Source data
━━━━

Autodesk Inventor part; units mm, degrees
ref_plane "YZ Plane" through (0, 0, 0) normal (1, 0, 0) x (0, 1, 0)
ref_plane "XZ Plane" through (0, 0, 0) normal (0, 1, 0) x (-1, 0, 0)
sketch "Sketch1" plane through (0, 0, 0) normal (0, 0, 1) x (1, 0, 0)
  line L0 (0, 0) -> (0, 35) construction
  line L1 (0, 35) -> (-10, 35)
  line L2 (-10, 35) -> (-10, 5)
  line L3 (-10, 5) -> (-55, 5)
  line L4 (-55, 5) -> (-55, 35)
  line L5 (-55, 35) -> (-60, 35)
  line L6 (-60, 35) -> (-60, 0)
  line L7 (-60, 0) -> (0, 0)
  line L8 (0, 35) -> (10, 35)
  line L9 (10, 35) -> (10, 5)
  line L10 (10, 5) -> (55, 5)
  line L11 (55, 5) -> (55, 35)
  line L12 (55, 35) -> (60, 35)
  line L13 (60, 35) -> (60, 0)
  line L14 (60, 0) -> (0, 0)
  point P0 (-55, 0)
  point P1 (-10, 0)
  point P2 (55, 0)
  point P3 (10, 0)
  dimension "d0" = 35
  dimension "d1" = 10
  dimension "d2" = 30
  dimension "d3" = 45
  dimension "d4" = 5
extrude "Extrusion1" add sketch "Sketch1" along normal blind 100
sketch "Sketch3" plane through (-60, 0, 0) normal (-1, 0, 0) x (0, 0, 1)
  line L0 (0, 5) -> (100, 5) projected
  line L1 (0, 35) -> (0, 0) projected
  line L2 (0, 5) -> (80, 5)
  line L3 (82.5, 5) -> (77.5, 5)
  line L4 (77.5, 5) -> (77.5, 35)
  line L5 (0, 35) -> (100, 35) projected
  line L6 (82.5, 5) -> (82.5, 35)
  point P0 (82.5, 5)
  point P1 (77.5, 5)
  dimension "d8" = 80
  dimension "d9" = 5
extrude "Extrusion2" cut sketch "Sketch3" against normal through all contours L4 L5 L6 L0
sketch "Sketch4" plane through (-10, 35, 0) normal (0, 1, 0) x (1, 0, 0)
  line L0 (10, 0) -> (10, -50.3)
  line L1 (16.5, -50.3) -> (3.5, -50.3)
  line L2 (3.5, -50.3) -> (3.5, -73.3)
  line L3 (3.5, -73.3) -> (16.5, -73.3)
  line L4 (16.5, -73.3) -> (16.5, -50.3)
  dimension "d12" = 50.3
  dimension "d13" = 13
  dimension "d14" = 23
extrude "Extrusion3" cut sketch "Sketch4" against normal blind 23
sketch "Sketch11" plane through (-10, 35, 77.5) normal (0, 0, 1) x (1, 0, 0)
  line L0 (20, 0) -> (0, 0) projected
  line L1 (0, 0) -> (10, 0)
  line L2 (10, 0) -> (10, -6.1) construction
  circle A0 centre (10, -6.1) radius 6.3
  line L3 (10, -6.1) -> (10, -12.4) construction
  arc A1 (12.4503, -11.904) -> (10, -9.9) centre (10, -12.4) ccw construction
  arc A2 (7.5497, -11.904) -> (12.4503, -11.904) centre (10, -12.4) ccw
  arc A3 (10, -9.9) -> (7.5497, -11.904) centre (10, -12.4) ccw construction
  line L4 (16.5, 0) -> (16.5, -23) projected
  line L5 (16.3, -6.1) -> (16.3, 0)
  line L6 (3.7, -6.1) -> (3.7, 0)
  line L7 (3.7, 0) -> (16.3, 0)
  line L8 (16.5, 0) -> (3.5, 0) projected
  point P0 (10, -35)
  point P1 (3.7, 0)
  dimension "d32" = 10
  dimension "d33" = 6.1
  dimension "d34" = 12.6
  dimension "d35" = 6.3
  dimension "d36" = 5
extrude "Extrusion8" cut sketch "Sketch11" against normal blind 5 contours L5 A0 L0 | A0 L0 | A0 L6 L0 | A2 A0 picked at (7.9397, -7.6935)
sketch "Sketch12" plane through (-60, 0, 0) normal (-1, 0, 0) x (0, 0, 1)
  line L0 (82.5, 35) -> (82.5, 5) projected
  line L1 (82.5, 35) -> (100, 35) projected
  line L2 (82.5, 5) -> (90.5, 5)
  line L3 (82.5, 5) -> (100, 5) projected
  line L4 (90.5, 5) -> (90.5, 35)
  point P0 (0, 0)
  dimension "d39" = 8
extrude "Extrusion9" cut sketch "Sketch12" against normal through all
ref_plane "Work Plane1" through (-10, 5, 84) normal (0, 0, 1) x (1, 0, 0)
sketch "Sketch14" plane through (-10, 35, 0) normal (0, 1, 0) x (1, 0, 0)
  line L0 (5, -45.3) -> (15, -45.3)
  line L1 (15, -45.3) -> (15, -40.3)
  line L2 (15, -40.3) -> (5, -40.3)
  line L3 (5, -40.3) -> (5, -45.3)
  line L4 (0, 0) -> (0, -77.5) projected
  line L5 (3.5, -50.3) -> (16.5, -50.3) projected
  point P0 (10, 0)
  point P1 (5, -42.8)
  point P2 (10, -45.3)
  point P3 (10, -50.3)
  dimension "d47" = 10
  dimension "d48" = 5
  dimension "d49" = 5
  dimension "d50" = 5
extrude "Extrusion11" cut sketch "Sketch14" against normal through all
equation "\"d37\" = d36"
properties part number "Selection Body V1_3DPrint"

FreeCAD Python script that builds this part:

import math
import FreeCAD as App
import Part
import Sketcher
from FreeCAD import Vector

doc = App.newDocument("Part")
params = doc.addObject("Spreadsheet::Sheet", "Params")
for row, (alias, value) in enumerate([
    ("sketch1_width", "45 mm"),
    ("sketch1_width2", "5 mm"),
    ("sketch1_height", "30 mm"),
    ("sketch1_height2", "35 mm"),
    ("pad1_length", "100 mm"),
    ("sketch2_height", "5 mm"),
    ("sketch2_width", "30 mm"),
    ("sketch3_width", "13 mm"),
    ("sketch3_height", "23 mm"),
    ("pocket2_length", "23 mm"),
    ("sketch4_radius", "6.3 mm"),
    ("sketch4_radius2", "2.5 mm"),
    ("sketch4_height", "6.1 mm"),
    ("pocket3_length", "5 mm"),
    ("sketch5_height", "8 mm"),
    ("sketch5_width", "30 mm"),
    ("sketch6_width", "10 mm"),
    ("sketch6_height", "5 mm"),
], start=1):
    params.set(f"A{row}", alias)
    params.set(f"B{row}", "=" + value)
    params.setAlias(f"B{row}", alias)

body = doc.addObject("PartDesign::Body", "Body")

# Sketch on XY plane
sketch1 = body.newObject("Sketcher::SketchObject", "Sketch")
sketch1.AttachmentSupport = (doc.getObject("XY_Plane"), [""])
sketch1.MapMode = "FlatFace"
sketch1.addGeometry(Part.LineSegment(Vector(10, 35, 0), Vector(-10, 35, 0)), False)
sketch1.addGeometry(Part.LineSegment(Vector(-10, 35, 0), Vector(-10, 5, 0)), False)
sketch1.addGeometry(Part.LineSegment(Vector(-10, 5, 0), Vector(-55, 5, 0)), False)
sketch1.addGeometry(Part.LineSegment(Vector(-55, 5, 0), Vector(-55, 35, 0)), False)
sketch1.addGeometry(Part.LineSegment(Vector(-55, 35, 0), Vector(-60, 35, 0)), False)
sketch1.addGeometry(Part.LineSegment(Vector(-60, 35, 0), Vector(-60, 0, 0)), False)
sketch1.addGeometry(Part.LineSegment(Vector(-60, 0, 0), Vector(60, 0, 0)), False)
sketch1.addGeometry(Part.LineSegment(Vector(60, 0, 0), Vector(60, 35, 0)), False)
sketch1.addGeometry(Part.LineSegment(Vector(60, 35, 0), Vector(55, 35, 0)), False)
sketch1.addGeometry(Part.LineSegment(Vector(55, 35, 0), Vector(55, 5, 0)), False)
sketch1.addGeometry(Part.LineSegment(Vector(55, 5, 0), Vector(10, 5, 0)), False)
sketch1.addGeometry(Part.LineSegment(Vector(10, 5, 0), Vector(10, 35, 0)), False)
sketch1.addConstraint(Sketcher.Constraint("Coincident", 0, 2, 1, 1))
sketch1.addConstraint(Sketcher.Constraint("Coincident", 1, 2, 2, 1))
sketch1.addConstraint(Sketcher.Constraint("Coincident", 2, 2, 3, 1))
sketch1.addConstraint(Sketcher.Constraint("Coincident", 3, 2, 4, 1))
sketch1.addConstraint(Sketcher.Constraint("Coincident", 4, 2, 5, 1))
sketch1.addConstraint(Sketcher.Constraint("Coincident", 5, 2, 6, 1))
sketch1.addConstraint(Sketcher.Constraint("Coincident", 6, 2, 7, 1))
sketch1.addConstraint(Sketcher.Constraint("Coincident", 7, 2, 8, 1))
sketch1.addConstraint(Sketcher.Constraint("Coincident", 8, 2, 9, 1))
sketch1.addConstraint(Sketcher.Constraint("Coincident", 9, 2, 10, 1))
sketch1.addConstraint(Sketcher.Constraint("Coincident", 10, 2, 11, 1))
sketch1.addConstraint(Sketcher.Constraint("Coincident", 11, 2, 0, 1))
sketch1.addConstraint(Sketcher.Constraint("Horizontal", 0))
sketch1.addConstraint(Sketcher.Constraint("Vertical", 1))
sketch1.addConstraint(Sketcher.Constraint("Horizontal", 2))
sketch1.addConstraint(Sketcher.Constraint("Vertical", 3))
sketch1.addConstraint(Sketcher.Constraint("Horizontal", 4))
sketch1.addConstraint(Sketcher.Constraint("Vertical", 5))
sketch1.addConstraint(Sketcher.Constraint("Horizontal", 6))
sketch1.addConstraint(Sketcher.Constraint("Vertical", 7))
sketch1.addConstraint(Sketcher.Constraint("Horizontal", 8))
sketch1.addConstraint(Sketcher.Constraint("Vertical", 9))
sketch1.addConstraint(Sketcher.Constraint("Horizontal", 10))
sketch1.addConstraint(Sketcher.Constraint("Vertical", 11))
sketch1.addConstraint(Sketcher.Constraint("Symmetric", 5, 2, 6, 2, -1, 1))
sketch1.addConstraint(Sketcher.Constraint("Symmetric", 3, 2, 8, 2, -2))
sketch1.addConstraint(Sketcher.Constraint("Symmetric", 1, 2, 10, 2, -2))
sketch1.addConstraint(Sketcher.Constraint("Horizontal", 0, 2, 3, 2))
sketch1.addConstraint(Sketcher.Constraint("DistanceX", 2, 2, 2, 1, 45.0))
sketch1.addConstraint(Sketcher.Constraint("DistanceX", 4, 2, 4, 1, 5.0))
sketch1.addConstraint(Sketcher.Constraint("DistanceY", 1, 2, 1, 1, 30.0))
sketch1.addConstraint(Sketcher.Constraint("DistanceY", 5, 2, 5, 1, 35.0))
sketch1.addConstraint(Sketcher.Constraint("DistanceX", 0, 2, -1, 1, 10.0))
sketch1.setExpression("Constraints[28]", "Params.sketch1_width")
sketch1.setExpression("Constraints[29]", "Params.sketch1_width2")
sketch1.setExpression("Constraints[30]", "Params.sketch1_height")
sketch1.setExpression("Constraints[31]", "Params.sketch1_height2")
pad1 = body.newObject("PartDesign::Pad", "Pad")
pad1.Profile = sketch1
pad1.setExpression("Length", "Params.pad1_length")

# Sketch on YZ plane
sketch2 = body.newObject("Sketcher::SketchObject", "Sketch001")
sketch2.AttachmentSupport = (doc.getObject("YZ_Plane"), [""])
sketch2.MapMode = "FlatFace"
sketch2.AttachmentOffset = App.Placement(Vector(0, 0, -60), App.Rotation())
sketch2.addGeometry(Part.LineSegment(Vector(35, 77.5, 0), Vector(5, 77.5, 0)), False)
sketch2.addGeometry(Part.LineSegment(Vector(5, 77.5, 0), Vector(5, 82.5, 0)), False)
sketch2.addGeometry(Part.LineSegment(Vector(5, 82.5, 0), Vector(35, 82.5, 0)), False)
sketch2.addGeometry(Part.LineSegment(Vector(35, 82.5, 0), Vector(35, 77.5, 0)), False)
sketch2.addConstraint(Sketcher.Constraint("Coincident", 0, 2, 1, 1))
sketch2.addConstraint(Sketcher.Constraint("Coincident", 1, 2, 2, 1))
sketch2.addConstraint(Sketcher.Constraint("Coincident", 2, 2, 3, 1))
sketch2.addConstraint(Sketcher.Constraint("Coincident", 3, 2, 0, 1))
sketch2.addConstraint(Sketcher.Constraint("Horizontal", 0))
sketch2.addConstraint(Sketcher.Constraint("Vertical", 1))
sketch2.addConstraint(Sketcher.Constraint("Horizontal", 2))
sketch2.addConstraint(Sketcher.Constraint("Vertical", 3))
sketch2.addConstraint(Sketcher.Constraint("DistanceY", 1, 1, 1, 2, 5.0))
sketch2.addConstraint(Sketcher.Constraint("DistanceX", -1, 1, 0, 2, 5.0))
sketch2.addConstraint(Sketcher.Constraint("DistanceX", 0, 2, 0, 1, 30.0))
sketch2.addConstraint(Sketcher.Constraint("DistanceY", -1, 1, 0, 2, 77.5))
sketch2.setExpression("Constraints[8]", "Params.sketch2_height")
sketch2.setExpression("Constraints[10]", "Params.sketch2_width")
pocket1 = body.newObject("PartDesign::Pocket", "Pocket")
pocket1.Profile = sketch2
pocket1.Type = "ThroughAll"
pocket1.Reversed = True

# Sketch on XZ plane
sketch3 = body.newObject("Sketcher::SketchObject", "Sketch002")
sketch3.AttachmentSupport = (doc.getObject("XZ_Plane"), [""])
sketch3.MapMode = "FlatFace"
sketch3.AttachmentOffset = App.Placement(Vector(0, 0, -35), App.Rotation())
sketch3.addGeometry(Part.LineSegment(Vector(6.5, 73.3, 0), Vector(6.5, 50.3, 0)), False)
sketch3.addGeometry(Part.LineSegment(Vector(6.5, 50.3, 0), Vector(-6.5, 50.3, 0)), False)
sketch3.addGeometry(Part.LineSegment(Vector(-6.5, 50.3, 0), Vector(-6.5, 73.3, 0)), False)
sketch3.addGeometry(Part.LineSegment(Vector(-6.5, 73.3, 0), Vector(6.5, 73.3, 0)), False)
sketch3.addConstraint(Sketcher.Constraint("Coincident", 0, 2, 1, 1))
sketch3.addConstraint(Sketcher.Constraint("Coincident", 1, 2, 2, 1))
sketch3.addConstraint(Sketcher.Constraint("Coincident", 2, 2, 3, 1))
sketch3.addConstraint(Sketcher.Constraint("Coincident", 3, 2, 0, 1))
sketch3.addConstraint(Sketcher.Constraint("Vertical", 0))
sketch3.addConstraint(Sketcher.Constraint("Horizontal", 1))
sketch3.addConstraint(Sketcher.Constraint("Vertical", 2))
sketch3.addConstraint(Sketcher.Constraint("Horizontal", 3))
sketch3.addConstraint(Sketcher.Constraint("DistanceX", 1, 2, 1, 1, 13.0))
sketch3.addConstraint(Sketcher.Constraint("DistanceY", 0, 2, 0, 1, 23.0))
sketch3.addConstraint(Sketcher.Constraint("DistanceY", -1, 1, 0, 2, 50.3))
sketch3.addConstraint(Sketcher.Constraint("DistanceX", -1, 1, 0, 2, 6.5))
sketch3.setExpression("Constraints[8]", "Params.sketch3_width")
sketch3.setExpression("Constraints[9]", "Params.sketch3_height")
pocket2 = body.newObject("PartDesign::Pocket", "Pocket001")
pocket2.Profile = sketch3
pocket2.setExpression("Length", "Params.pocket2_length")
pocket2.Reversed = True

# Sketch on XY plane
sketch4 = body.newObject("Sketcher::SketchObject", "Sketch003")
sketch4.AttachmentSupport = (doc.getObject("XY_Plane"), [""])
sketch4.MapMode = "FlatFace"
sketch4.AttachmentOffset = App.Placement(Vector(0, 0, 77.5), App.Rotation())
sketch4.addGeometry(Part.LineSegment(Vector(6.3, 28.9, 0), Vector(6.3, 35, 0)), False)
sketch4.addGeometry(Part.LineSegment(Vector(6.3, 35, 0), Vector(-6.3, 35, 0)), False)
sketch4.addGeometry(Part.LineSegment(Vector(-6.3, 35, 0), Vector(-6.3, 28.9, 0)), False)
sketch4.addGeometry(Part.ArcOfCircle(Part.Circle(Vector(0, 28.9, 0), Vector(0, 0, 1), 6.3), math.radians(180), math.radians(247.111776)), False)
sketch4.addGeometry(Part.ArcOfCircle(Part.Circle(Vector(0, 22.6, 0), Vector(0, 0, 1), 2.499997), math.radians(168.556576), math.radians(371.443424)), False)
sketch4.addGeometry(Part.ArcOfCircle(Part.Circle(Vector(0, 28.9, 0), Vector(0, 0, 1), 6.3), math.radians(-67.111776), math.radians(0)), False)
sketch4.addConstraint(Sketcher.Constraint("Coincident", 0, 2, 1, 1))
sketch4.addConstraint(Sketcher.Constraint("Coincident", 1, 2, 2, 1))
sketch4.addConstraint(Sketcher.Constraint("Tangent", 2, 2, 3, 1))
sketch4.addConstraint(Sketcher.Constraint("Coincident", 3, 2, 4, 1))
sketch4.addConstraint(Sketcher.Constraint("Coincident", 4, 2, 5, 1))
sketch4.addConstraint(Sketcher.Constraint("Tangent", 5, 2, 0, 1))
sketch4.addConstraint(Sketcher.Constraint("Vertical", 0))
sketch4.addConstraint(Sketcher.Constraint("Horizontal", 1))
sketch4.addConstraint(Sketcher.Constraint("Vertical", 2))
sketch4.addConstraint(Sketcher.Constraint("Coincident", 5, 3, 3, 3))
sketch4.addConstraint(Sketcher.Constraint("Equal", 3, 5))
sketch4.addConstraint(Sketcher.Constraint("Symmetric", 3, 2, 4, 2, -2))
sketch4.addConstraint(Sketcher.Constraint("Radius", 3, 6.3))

━━━━

TASK DESCRIPTION: Copy each line above containing the string "construction".

FINAL ANSWER:
  line L0 (0, 0) -> (0, 35) construction
  line L2 (10, 0) -> (10, -6.1) construction
  line L3 (10, -6.1) -> (10, -12.4) construction
  arc A1 (12.4503, -11.904) -> (10, -9.9) centre (10, -12.4) ccw construction
  arc A3 (10, -9.9) -> (7.5497, -11.904) centre (10, -12.4) ccw construction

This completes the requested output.